# Newer Big Flotation Tires conversion on older JD baler??



## springhollowhayfarm (Jan 25, 2011)

This may sound crazy, but has any one tried to put the larger Flotation Tires that you see on the newer 568 and 468 JD balers on any older balers like a 535. Was wondering if it would work or not, fit and all, and if it would cost more than worth.

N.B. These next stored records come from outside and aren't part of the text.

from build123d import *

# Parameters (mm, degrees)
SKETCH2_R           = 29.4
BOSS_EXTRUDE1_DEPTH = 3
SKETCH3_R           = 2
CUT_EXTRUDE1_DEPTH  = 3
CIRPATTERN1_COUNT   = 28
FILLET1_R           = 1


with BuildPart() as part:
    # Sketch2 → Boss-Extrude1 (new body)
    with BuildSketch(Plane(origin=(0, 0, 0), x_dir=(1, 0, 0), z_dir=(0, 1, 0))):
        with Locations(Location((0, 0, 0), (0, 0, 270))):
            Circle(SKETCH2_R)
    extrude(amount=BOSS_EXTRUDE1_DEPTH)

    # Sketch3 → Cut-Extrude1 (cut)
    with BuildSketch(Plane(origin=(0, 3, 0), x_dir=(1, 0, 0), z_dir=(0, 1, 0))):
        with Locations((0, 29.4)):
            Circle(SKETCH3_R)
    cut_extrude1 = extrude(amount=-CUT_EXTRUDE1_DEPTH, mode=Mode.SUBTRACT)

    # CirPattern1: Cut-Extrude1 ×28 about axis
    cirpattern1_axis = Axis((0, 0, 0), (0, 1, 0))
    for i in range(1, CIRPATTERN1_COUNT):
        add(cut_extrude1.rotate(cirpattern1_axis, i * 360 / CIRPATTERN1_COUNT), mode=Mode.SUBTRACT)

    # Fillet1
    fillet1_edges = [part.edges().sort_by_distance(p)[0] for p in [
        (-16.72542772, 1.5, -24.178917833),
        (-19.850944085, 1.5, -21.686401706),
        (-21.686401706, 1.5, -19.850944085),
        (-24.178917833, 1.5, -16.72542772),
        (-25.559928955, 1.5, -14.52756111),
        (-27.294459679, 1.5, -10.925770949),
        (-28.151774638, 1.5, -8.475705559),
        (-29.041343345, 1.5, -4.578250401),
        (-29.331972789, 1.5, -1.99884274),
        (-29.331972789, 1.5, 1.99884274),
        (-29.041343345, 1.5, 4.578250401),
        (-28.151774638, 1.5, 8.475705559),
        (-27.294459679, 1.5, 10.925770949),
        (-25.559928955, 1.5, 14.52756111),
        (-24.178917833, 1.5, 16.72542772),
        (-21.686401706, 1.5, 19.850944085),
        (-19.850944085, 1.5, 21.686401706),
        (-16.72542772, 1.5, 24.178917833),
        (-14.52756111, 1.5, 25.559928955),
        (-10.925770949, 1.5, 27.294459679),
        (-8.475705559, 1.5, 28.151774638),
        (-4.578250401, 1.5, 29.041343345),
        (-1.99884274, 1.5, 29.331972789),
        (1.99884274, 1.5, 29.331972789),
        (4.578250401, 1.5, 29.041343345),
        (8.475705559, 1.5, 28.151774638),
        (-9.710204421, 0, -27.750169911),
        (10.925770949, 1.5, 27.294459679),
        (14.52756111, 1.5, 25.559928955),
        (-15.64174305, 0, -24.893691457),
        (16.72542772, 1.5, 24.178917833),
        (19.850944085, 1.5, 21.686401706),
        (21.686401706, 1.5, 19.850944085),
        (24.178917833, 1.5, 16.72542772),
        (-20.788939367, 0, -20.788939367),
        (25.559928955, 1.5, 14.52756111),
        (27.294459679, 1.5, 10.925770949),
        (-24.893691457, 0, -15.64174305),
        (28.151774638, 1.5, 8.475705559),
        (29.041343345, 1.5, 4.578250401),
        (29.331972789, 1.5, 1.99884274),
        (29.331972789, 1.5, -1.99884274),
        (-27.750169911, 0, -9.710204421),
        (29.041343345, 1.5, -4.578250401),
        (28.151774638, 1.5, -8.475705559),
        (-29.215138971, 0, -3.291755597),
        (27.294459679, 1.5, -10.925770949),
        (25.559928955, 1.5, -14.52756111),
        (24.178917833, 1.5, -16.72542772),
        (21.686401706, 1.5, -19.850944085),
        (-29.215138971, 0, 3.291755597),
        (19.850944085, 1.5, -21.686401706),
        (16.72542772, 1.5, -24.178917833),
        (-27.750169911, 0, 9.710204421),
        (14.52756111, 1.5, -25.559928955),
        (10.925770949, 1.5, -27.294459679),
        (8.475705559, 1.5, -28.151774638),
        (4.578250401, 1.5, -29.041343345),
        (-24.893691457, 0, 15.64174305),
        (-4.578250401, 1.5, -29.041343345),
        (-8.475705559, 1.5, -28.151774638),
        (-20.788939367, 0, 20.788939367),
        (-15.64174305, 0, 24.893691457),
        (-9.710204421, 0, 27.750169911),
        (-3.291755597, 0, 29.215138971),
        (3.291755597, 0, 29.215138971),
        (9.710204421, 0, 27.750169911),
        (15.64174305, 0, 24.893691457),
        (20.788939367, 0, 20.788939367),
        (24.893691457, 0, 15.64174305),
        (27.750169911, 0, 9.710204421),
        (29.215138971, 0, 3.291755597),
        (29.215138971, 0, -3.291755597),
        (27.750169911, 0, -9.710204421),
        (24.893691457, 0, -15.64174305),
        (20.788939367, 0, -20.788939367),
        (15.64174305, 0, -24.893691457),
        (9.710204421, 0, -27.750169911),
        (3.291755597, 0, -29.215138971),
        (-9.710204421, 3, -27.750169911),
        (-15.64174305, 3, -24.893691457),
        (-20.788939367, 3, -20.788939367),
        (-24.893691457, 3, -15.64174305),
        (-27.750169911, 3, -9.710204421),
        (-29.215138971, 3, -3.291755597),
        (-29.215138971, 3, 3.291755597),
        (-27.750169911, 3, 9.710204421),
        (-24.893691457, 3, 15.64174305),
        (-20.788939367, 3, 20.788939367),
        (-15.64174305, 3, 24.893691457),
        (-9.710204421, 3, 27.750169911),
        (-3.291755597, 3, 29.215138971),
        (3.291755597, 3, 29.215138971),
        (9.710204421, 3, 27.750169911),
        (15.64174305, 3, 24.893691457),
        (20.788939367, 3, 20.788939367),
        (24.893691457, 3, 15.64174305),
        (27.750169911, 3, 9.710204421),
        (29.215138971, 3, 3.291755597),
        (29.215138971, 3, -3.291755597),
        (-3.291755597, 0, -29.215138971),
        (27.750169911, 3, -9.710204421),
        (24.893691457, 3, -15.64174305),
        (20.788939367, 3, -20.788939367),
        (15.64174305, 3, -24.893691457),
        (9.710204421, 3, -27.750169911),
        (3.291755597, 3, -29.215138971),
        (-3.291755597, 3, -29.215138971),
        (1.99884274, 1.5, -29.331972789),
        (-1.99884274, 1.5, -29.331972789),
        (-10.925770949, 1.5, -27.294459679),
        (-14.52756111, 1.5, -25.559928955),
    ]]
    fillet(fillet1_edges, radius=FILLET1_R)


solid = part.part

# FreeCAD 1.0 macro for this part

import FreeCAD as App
import Part
import Sketcher
Q = App.Units.Quantity


def edges_at(feature, points):
    """Names of the edges that pass closest to the given points."""
    edges = feature.Shape.Edges
    near = lambda p: min(range(len(edges)), key=lambda i: edges[i].distToShape(Part.Vertex(*p))[0])
    return sorted({f"Edge{near(p) + 1}" for p in points})

doc = App.newDocument("Part")
params = doc.addObject("Spreadsheet::Sheet", "Params")
for row, (alias, value) in enumerate([
    ("sketch1_diameter", "58.8 mm"),
    ("pad1_length", "3 mm"),
    ("sketch2_diameter", "4 mm"),
    ("pocket1_length", "3 mm"),
    ("fillet_radius", "1 mm"),
], start=1):
    params.set(f"A{row}", alias)
    params.set(f"B{row}", "=" + value)
    params.setAlias(f"B{row}", alias)

body = doc.addObject("PartDesign::Body", "Body")

sketch1 = doc.addObject("Sketcher::SketchObject", "Sketch")
body.addObject(sketch1)
sketch1.AttachmentSupport = (doc.XZ_Plane, [""])
sketch1.MapMode = "FlatFace"
sketch1.addGeometry(Part.Circle(App.Vector(0, 0, 0), App.Vector(0, 0, 1), 29), False)
sketch1.addConstraint(Sketcher.Constraint("Coincident", 0, 3, -1, 1))
sketch1.addConstraint(Sketcher.Constraint("Diameter", 0, Q("58.8 mm")))
sketch1.setExpression("Constraints[1]", "Params.sketch1_diameter")
pad1 = doc.addObject("PartDesign::Pad", "Pad")
body.addObject(pad1)
pad1.Profile = sketch1
pad1.setExpression("Length", "Params.pad1_length")
pad1.Reversed = True

sketch2 = doc.addObject("Sketcher::SketchObject", "Sketch001")
body.addObject(sketch2)
sketch2.AttachmentSupport = (doc.XZ_Plane, [""])
sketch2.MapMode = "FlatFace"
sketch2.AttachmentOffset = App.Placement(App.Vector(0, 0, -3), App.Rotation())
sketch2.addGeometry(Part.Circle(App.Vector(0, -29.4, 0), App.Vector(0, 0, 1), 2), False)
sketch2.addConstraint(Sketcher.Constraint("PointOnObject", 0, 3, -2))
sketch2.addConstraint(Sketcher.Constraint("Diameter", 0, Q("4 mm")))
sketch2.addConstraint(Sketcher.Constraint("DistanceY", 0, 3, -1, 1, Q("29.4 mm")))
sketch2.setExpression("Constraints[1]", "Params.sketch2_diameter")
pocket1 = doc.addObject("PartDesign::Pocket", "Pocket")
body.addObject(pocket1)
pocket1.Profile = sketch2
pocket1.setExpression("Length", "Params.pocket1_length")
pocket1.Reversed = True
doc.recompute()

polarpattern = doc.addObject("PartDesign::PolarPattern", "PolarPattern")
body.addObject(polarpattern)
polarpattern.Originals = [pocket1]
polarpattern.Axis = (doc.Y_Axis, [""])
polarpattern.Angle = 360
polarpattern.Occurrences = 28
body.Tip = polarpattern
doc.recompute()

fillet = doc.addObject("PartDesign::Fillet", "Fillet")
body.addObject(fillet)
fillet.Base = (polarpattern, edges_at(polarpattern, [
    (-16.725, 1.5, -24.179),
    (-19.851, 1.5, -21.686),
    (-21.686, 1.5, -19.851),
    (-24.179, 1.5, -16.725),
    (-25.56, 1.5, -14.528),
    (-27.294, 1.5, -10.926),
    (-28.152, 1.5, -8.476),
    (-29.041, 1.5, -4.578),
    (-29.332, 1.5, -1.999),
    (-29.332, 1.5, 1.999),
    (-29.041, 1.5, 4.578),
    (-28.152, 1.5, 8.476),
    (-27.294, 1.5, 10.926),
    (-25.56, 1.5, 14.528),
    (-24.179, 1.5, 16.725),
    (-21.686, 1.5, 19.851),
    (-19.851, 1.5, 21.686),
    (-16.725, 1.5, 24.179),
    (-14.528, 1.5, 25.56),
    (-10.926, 1.5, 27.294),
    (-8.476, 1.5, 28.152),
    (-4.578, 1.5, 29.041),
    (-1.999, 1.5, 29.332),
    (1.999, 1.5, 29.332),
    (4.578, 1.5, 29.041),
    (8.476, 1.5, 28.152),
    (-9.71, 0, -27.75),
    (10.926, 1.5, 27.294),
    (14.528, 1.5, 25.56),
    (-15.642, 0, -24.894),
    (16.725, 1.5, 24.179),
    (19.851, 1.5, 21.686),
    (21.686, 1.5, 19.851),
    (24.179, 1.5, 16.725),
    (-20.789, 0, -20.789),
    (25.56, 1.5, 14.528),
    (27.294, 1.5, 10.926),
    (-24.894, 0, -15.642),
    (28.152, 1.5, 8.476),
    (29.041, 1.5, 4.578),
    (29.332, 1.5, 1.999),
    (29.332, 1.5, -1.999),
    (-27.75, 0, -9.71),
    (29.041, 1.5, -4.578),
    (28.152, 1.5, -8.476),
    (-29.215, 0, -3.292),
    (27.294, 1.5, -10.926),
    (25.56, 1.5, -14.528),
    (24.179, 1.5, -16.725),
    (21.686, 1.5, -19.851),
    (-29.215, 0, 3.292),
    (19.851, 1.5, -21.686),
    (16.725, 1.5, -24.179),
    (-27.75, 0, 9.71),
    (14.528, 1.5, -25.56),
    (10.926, 1.5, -27.294),
    (8.476, 1.5, -28.152),
    (4.578, 1.5, -29.041),
    (-24.894, 0, 15.642),
    (-4.578, 1.5, -29.041),
    (-8.476, 1.5, -28.152),
    (-20.789, 0, 20.789),
    (-15.642, 0, 24.894),
    (-9.71, 0, 27.75),
    (-3.292, 0, 29.215),
    (3.292, 0, 29.215),
    (9.71, 0, 27.75),
    (15.642, 0, 24.894),
    (20.789, 0, 20.789),
    (24.894, 0, 15.642),
    (27.75, 0, 9.71),
    (29.215, 0, 3.292),
    (29.215, 0, -3.292),
    (27.75, 0, -9.71),
    (24.894, 0, -15.642),
    (20.789, 0, -20.789),
    (15.642, 0, -24.894),
    (9.71, 0, -27.75),
    (3.292, 0, -29.215),
    (-9.71, 3, -27.75),
    (-15.642, 3, -24.894),
    (-20.789, 3, -20.789),
    (-24.894, 3, -15.642),
    (-27.75, 3, -9.71),
    (-29.215, 3, -3.292),
    (-29.215, 3, 3.292),
    (-27.75, 3, 9.71),
    (-24.894, 3, 15.642),
    (-20.789, 3, 20.789),
    (-15.642, 3, 24.894),
    (-9.71, 3, 27.75),
    (-3.292, 3, 29.215),
    (3.292, 3, 29.215),
    (9.71, 3, 27.75),
    (15.642, 3, 24.894),
    (20.789, 3, 20.789),
    (24.894, 3, 15.642),
    (27.75, 3, 9.71),
    (29.215, 3, 3.292),
    (29.215, 3, -3.292),
    (-3.292, 0, -29.215),
    (27.75, 3, -9.71),
    (24.894, 3, -15.642),
    (20.789, 3, -20.789),
    (15.642, 3, -24.894),
    (9.71, 3, -27.75),
    (3.292, 3, -29.215),
    (-3.292, 3, -29.215),
    (1.999, 1.5, -29.332),
    (-1.999, 1.5, -29.332),
    (-10.926, 1.5, -27.294),
    (-14.528, 1.5, -25.56),
]))
fillet.setExpression("Radius", "Params.fillet_radius")

doc.recompute()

I have a lot of rough feilds, ruts from logging to traspassing ATV's, baler bottoms out and the pickup takes a betting, would be nice to have bigger tires to help out with that.

Thoughts??


----------



## Blue Duck (Jun 4, 2009)

I saw an article in a magazine were a guy put tandem walking axles on a round baler. He said it was amazing how well it worked in rough ground. Might cost more then its worth unless you find used parts. I think it was in the "Farm Show" magazine several years ago.


----------



## carcajou (Jan 28, 2011)

If you go to bigger tires you may want to consider going to large pickup mudder tires. (i prefer toyo) I've found used truck tires will outlast new implement tires on all my haying equipment. My rake tractor (1155 massey) even rides smoother. Used rubber can be picked up cheap or free and rims are readily available. As for walking beams, I've baled in fields with other custom operators who run them and they seem to work very well, we bale as fast as we can and though i haven't broke axles on my jd balers it not uncommon hence the walking beams. If i was buying a new baler i 'd probably put them on from day one.


----------



## DKFarms (Aug 11, 2008)

My neighbor put duals on his 568. He is a bit of a tinkerer and he made a bracket to mount an old set of tires and rims onto the existing ones. He bales as soon as the hay in the windrow is dry, regardless of ground conditions. He claims the duals let him get back in the field quicker after a rain event. I've seen him bale some pretty bad ground without sinking or rutting it up too bad. Sure looks funny on a round baler though.


----------



## cattleranch (Dec 17, 2010)

Here is the link: Round Baler Tandem Axle Bundle - RCI Engineering LLC I like the idea/concept


----------



## Greyhorse (Jun 22, 2009)

Don't the balers with flotation tires have a different axle setup? Or maybe they are just bolted on at a different height.


----------



## duramax (Dec 18, 2010)

We made a set of axles for our 567. 6000 lb axles and hubs from gemplers $ 210 per side . Found used wheels for $ 150 for two. Tires we found online for $ 700 a pair shipped to the door, metal for the fabricated axle $ 50 . The axle sets up four inches higher which the tires are eight inches taller, which is a wash height wise. Less than tne $4500 JD wanteed for the same setup.


----------